Exercise prompt: Print nothing but the lines below starting at the line that holds "#196=EDGE_CURVE('',#192,#192,#195,.T.);" and ending at the line that holds "#203=VERTEX_POINT('',#202);", including both, each exactly as written.

[Stored items]

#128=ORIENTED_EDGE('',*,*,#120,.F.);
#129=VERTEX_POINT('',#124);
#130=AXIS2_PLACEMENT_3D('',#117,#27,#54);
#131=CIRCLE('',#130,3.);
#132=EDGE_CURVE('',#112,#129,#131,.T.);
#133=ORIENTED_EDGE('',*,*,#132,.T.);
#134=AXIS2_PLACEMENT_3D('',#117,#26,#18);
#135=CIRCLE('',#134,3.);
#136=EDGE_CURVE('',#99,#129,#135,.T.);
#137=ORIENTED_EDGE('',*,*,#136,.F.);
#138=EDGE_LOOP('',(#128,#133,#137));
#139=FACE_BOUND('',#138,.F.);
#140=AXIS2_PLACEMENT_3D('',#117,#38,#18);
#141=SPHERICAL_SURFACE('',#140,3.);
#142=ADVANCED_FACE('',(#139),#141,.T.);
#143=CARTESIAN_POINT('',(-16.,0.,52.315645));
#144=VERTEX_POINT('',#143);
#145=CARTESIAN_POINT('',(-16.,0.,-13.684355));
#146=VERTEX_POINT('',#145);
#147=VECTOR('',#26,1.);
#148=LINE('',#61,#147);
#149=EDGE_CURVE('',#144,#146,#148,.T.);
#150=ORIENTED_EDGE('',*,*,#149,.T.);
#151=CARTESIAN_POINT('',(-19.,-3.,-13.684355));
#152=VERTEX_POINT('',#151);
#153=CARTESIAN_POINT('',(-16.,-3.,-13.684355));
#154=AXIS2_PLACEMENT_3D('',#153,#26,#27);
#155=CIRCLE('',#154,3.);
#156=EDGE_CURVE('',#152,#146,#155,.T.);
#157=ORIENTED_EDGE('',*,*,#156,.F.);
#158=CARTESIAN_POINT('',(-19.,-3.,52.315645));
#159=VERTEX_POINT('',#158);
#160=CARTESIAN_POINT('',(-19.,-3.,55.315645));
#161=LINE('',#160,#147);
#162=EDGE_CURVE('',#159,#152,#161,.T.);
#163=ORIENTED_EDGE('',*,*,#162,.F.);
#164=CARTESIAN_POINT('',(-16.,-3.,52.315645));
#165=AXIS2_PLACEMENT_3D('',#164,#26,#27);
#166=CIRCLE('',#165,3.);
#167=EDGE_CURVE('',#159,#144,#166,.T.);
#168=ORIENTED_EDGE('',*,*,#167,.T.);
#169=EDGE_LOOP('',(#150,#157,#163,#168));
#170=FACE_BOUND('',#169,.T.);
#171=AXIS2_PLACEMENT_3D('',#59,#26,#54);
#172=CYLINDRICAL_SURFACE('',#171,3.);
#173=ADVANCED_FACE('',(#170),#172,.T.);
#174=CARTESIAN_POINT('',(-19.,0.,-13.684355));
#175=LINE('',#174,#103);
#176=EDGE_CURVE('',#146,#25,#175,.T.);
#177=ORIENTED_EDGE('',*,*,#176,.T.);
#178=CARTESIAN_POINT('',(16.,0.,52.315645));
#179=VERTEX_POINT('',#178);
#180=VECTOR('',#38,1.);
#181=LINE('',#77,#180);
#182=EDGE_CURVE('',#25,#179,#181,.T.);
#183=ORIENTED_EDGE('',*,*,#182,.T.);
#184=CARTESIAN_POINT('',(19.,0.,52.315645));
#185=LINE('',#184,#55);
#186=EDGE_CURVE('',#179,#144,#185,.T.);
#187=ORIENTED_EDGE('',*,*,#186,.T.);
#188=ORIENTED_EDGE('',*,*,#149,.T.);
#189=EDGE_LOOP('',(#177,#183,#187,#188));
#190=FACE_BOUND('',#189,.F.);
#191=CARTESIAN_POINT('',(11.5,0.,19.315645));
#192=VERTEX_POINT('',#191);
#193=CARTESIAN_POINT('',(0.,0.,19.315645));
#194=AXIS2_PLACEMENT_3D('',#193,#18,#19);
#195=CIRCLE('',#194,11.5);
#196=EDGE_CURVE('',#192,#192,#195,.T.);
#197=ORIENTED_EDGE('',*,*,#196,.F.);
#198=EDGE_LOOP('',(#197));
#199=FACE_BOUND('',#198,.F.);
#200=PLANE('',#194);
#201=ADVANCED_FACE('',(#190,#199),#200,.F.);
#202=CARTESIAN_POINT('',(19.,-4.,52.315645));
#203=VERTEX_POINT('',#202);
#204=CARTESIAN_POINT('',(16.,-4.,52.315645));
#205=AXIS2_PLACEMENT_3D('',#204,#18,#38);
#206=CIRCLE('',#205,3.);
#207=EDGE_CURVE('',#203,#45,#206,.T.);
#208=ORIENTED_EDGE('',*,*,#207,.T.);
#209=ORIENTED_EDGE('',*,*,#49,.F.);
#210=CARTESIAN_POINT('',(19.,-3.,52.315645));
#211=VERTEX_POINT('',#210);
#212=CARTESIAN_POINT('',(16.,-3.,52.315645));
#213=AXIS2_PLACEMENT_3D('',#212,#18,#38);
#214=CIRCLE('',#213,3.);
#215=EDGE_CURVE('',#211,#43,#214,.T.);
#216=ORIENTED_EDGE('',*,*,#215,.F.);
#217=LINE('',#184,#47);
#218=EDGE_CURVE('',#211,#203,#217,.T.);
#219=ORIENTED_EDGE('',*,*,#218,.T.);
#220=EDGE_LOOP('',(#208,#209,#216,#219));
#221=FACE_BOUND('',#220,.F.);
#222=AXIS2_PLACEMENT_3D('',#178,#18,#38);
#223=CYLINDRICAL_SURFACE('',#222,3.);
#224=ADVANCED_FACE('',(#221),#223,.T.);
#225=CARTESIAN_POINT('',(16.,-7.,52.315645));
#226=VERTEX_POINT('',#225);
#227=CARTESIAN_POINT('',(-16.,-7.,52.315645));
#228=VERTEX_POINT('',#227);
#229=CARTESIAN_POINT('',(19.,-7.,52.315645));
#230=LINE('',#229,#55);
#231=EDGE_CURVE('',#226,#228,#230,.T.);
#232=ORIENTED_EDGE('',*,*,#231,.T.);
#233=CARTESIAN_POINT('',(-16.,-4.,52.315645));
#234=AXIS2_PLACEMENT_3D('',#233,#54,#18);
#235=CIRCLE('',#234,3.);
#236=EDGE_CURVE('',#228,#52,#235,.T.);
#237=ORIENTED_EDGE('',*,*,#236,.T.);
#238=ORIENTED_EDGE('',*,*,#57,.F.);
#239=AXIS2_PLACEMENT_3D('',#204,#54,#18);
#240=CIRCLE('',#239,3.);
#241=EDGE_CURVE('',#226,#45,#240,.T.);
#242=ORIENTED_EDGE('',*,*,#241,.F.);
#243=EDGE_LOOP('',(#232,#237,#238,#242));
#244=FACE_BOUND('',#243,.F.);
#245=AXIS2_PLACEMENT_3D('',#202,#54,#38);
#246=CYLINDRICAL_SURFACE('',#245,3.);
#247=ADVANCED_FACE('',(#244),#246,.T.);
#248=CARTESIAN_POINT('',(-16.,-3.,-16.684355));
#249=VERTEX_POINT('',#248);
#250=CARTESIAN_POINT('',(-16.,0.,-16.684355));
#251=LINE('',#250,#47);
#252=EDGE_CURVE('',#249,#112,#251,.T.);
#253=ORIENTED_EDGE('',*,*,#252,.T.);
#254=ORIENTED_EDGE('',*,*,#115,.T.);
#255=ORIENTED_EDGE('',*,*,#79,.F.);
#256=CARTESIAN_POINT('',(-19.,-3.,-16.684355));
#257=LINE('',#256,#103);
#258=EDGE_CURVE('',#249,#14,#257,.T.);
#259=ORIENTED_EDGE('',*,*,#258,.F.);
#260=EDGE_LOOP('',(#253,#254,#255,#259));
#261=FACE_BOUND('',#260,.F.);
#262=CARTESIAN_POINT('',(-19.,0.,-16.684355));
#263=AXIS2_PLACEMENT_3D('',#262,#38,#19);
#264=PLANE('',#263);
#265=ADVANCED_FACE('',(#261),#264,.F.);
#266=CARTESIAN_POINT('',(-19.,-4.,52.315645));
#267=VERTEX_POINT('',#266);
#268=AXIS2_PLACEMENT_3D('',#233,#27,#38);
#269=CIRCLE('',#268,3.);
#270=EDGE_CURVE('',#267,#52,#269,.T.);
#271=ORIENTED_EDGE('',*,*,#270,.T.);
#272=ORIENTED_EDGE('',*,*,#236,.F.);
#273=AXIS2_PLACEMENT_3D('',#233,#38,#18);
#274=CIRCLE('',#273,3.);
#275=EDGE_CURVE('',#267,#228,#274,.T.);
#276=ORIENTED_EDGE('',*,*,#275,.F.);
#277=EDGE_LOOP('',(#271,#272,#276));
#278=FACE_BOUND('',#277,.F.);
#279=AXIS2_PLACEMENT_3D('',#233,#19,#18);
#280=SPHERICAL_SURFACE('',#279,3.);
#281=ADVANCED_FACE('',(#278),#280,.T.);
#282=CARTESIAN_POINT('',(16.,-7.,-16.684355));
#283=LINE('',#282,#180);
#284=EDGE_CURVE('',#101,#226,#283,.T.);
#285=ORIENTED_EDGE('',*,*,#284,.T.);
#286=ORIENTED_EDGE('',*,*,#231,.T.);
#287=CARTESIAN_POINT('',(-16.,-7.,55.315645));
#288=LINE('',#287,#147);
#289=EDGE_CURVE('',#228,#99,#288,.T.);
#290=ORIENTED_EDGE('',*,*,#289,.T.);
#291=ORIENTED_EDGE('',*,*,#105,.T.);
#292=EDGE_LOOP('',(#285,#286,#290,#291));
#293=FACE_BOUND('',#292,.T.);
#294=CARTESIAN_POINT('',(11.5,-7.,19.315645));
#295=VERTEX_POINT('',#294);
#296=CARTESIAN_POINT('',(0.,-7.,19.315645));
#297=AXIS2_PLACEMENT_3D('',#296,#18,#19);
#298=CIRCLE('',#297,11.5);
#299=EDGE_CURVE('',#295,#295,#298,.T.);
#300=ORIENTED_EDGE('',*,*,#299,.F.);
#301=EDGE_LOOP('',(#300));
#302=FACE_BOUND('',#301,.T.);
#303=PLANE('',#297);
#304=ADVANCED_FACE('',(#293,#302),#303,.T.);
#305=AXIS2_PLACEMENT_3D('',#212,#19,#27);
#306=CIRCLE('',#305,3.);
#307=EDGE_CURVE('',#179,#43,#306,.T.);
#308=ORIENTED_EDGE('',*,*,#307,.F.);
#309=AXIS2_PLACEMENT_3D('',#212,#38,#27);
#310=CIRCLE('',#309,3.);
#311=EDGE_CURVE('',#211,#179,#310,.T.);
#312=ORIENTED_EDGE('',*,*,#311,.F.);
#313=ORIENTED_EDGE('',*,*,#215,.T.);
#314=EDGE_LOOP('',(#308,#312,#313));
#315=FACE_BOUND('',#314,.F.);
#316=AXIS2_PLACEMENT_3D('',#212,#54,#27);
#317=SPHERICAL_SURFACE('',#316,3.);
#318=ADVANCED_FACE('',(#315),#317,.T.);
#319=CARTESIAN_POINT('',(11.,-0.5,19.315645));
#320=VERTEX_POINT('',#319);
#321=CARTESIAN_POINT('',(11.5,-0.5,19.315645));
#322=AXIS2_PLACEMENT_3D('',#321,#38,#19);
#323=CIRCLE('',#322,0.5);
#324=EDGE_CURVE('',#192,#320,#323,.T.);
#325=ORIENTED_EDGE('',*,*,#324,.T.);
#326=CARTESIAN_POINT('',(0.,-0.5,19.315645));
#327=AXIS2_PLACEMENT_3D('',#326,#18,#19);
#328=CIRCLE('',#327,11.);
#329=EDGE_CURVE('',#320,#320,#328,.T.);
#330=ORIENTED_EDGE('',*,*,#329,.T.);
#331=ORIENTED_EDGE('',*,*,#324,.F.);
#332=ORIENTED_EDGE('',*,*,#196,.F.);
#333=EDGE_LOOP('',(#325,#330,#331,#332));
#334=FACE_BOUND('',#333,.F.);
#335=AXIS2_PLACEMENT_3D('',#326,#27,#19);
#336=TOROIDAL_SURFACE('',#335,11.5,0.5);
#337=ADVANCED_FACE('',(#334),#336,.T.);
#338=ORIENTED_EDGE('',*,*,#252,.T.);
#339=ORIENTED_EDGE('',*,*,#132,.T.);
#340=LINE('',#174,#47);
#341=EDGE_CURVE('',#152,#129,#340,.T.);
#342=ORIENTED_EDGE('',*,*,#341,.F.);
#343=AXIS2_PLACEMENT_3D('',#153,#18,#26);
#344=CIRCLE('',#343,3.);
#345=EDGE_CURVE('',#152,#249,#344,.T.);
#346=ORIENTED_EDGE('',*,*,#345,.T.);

Solution to this problem:
#196=EDGE_CURVE('',#192,#192,#195,.T.);
#197=ORIENTED_EDGE('',*,*,#196,.F.);
#198=EDGE_LOOP('',(#197));
#199=FACE_BOUND('',#198,.F.);
#200=PLANE('',#194);
#201=ADVANCED_FACE('',(#190,#199),#200,.F.);
#202=CARTESIAN_POINT('',(19.,-4.,52.315645));
#203=VERTEX_POINT('',#202);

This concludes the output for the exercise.